Raw data:
§ §

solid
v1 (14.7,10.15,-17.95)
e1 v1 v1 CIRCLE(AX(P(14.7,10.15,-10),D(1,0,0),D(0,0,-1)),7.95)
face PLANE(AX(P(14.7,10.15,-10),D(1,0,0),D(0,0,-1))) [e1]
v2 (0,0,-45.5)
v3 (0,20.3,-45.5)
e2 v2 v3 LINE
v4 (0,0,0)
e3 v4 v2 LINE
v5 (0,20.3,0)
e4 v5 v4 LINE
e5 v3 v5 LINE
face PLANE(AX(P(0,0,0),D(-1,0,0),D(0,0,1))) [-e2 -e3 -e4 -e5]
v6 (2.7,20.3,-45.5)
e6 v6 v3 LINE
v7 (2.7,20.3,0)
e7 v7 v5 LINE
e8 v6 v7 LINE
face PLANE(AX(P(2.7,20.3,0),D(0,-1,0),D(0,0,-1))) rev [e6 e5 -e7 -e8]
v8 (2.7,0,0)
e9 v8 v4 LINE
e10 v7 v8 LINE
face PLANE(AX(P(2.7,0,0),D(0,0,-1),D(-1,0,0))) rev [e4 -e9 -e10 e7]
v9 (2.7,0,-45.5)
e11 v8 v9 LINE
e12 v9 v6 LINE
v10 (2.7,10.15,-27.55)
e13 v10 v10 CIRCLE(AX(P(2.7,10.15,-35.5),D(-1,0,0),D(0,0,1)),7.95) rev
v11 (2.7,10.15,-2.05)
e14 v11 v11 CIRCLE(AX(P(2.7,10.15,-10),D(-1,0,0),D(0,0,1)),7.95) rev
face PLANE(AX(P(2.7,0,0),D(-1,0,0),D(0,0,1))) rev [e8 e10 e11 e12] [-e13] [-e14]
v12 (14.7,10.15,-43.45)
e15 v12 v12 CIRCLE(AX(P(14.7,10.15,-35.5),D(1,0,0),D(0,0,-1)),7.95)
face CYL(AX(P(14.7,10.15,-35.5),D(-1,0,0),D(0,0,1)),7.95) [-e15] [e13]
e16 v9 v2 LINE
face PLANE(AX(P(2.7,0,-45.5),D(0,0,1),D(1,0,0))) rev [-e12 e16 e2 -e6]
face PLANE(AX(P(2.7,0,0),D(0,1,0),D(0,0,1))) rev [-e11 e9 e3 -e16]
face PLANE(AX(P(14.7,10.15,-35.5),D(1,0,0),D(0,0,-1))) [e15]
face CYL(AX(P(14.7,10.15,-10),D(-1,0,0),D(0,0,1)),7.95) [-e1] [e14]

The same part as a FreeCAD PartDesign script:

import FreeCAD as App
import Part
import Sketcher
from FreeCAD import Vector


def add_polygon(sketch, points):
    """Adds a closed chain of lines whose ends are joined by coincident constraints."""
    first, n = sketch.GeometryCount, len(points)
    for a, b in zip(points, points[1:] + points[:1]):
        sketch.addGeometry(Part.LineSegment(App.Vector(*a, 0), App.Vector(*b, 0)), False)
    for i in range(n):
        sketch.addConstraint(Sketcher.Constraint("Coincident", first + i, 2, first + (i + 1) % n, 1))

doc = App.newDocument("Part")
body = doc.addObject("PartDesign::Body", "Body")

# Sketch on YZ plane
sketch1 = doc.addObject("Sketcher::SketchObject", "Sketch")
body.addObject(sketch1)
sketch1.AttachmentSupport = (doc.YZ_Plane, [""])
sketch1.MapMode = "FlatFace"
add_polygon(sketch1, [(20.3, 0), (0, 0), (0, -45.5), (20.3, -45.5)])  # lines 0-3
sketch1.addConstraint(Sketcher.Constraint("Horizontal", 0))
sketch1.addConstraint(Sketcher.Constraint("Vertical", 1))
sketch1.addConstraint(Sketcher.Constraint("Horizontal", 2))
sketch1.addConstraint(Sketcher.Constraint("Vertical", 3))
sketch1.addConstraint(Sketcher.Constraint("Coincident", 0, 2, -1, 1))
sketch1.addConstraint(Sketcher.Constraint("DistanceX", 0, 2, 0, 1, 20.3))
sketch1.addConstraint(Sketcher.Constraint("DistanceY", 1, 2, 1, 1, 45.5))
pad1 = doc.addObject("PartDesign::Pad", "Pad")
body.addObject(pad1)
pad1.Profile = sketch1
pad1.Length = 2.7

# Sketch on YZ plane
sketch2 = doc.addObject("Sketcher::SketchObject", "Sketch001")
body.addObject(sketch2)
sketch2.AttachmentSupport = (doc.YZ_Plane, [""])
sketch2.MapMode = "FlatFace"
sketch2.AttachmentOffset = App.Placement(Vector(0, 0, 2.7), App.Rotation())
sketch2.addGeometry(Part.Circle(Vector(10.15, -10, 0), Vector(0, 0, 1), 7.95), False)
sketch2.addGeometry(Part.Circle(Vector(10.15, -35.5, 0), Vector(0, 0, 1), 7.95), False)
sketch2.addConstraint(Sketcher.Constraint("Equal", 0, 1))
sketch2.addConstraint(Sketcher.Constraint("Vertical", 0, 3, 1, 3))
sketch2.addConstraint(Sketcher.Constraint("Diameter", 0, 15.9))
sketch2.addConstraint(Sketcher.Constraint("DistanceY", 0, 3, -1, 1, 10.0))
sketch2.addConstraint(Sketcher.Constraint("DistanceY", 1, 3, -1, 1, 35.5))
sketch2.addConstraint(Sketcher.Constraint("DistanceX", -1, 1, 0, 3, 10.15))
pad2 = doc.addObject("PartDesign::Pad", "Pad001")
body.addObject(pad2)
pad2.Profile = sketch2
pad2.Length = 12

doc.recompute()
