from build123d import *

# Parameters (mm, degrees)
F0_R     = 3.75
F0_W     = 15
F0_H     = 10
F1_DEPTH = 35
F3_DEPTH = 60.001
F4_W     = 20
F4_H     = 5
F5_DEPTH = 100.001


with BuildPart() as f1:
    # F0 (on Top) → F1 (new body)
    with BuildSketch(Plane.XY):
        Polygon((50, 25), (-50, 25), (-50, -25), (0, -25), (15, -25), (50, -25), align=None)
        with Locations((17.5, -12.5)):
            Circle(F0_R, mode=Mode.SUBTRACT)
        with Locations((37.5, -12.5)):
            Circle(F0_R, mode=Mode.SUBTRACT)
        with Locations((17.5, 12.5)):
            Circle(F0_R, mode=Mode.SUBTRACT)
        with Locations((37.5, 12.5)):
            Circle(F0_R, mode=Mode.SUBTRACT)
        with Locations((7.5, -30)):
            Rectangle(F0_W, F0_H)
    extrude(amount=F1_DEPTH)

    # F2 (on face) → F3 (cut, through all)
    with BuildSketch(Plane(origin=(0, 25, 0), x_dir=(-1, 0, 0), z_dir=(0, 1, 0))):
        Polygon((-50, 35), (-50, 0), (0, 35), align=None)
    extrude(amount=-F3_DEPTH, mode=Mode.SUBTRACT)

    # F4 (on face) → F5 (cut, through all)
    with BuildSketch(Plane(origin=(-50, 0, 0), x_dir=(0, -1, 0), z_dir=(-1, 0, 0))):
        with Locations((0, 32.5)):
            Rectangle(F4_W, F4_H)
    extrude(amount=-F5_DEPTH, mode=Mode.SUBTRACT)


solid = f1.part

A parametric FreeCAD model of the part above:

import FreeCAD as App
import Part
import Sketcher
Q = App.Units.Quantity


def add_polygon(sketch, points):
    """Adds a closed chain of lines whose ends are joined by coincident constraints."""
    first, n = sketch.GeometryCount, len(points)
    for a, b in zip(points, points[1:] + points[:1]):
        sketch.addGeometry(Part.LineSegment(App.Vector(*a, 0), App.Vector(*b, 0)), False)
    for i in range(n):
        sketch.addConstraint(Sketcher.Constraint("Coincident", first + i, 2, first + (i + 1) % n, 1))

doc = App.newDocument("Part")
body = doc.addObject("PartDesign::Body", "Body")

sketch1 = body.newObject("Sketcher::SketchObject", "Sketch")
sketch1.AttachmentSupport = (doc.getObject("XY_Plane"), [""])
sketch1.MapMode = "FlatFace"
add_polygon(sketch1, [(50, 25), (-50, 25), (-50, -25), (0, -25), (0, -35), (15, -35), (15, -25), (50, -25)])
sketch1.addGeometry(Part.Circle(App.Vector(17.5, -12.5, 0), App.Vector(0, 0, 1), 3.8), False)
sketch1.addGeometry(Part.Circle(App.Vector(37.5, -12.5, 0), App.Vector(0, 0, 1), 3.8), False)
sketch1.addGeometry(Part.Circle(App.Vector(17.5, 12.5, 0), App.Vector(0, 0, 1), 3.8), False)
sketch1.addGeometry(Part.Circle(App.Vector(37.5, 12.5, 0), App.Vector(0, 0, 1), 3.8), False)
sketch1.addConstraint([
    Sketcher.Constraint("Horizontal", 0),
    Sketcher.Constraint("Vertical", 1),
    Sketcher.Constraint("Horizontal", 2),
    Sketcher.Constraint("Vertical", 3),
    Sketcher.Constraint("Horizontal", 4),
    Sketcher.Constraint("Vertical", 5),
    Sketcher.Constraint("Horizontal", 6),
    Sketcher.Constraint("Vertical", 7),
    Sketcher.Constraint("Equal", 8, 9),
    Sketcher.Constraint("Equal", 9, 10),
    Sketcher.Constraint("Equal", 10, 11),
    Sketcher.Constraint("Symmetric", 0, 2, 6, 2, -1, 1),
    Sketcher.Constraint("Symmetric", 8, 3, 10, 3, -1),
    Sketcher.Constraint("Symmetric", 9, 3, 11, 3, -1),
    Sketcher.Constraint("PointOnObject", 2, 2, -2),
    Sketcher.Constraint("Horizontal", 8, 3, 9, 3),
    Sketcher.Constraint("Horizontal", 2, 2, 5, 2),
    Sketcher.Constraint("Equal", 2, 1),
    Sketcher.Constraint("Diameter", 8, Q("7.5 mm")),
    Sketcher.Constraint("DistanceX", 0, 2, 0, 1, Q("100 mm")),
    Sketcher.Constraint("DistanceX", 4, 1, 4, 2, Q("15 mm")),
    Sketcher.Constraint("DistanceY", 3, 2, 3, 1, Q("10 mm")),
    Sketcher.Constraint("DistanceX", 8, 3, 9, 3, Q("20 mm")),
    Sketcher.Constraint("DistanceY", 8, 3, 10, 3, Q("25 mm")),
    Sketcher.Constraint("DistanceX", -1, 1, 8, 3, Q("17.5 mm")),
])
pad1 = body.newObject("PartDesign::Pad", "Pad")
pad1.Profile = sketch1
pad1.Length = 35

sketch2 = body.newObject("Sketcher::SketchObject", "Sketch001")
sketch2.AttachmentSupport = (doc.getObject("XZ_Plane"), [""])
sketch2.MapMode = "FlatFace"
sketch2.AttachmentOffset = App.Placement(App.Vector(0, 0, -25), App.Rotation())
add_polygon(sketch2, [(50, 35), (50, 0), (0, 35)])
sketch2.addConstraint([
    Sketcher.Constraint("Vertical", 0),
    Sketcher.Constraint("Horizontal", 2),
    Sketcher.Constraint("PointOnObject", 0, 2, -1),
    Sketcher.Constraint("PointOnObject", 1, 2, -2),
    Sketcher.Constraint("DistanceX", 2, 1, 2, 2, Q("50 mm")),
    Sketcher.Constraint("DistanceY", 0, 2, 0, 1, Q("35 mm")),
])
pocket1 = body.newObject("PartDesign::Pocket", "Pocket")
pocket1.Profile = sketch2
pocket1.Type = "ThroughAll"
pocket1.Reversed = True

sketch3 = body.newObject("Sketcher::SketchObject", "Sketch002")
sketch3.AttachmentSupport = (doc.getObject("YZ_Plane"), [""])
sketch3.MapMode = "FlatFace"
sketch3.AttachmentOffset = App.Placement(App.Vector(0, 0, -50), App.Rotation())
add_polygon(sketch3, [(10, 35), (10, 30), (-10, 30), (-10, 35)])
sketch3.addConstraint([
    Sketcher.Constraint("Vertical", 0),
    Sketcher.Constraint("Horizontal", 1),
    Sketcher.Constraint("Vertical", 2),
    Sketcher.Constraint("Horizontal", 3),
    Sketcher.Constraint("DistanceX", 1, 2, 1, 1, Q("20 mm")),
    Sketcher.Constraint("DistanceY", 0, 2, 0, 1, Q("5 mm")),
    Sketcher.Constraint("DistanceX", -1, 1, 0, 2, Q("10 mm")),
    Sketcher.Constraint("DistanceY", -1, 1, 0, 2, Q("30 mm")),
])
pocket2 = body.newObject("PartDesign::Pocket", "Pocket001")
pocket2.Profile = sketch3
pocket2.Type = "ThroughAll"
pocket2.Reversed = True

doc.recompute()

§ §

To do: Each line from the start of the listing through the line with "v11 (2.7,10.15,-2.05)" is to be restated verbatim, both ends included.

Finished exercise:
solid
v1 (14.7,10.15,-17.95)
e1 v1 v1 CIRCLE(AX(P(14.7,10.15,-10),D(1,0,0),D(0,0,-1)),7.95)
face PLANE(AX(P(14.7,10.15,-10),D(1,0,0),D(0,0,-1))) [e1]
v2 (0,0,-45.5)
v3 (0,20.3,-45.5)
e2 v2 v3 LINE
v4 (0,0,0)
e3 v4 v2 LINE
v5 (0,20.3,0)
e4 v5 v4 LINE
e5 v3 v5 LINE
face PLANE(AX(P(0,0,0),D(-1,0,0),D(0,0,1))) [-e2 -e3 -e4 -e5]
v6 (2.7,20.3,-45.5)
e6 v6 v3 LINE
v7 (2.7,20.3,0)
e7 v7 v5 LINE
e8 v6 v7 LINE
face PLANE(AX(P(2.7,20.3,0),D(0,-1,0),D(0,0,-1))) rev [e6 e5 -e7 -e8]
v8 (2.7,0,0)
e9 v8 v4 LINE
e10 v7 v8 LINE
face PLANE(AX(P(2.7,0,0),D(0,0,-1),D(-1,0,0))) rev [e4 -e9 -e10 e7]
v9 (2.7,0,-45.5)
e11 v8 v9 LINE
e12 v9 v6 LINE
v10 (2.7,10.15,-27.55)
e13 v10 v10 CIRCLE(AX(P(2.7,10.15,-35.5),D(-1,0,0),D(0,0,1)),7.95) rev
v11 (2.7,10.15,-2.05)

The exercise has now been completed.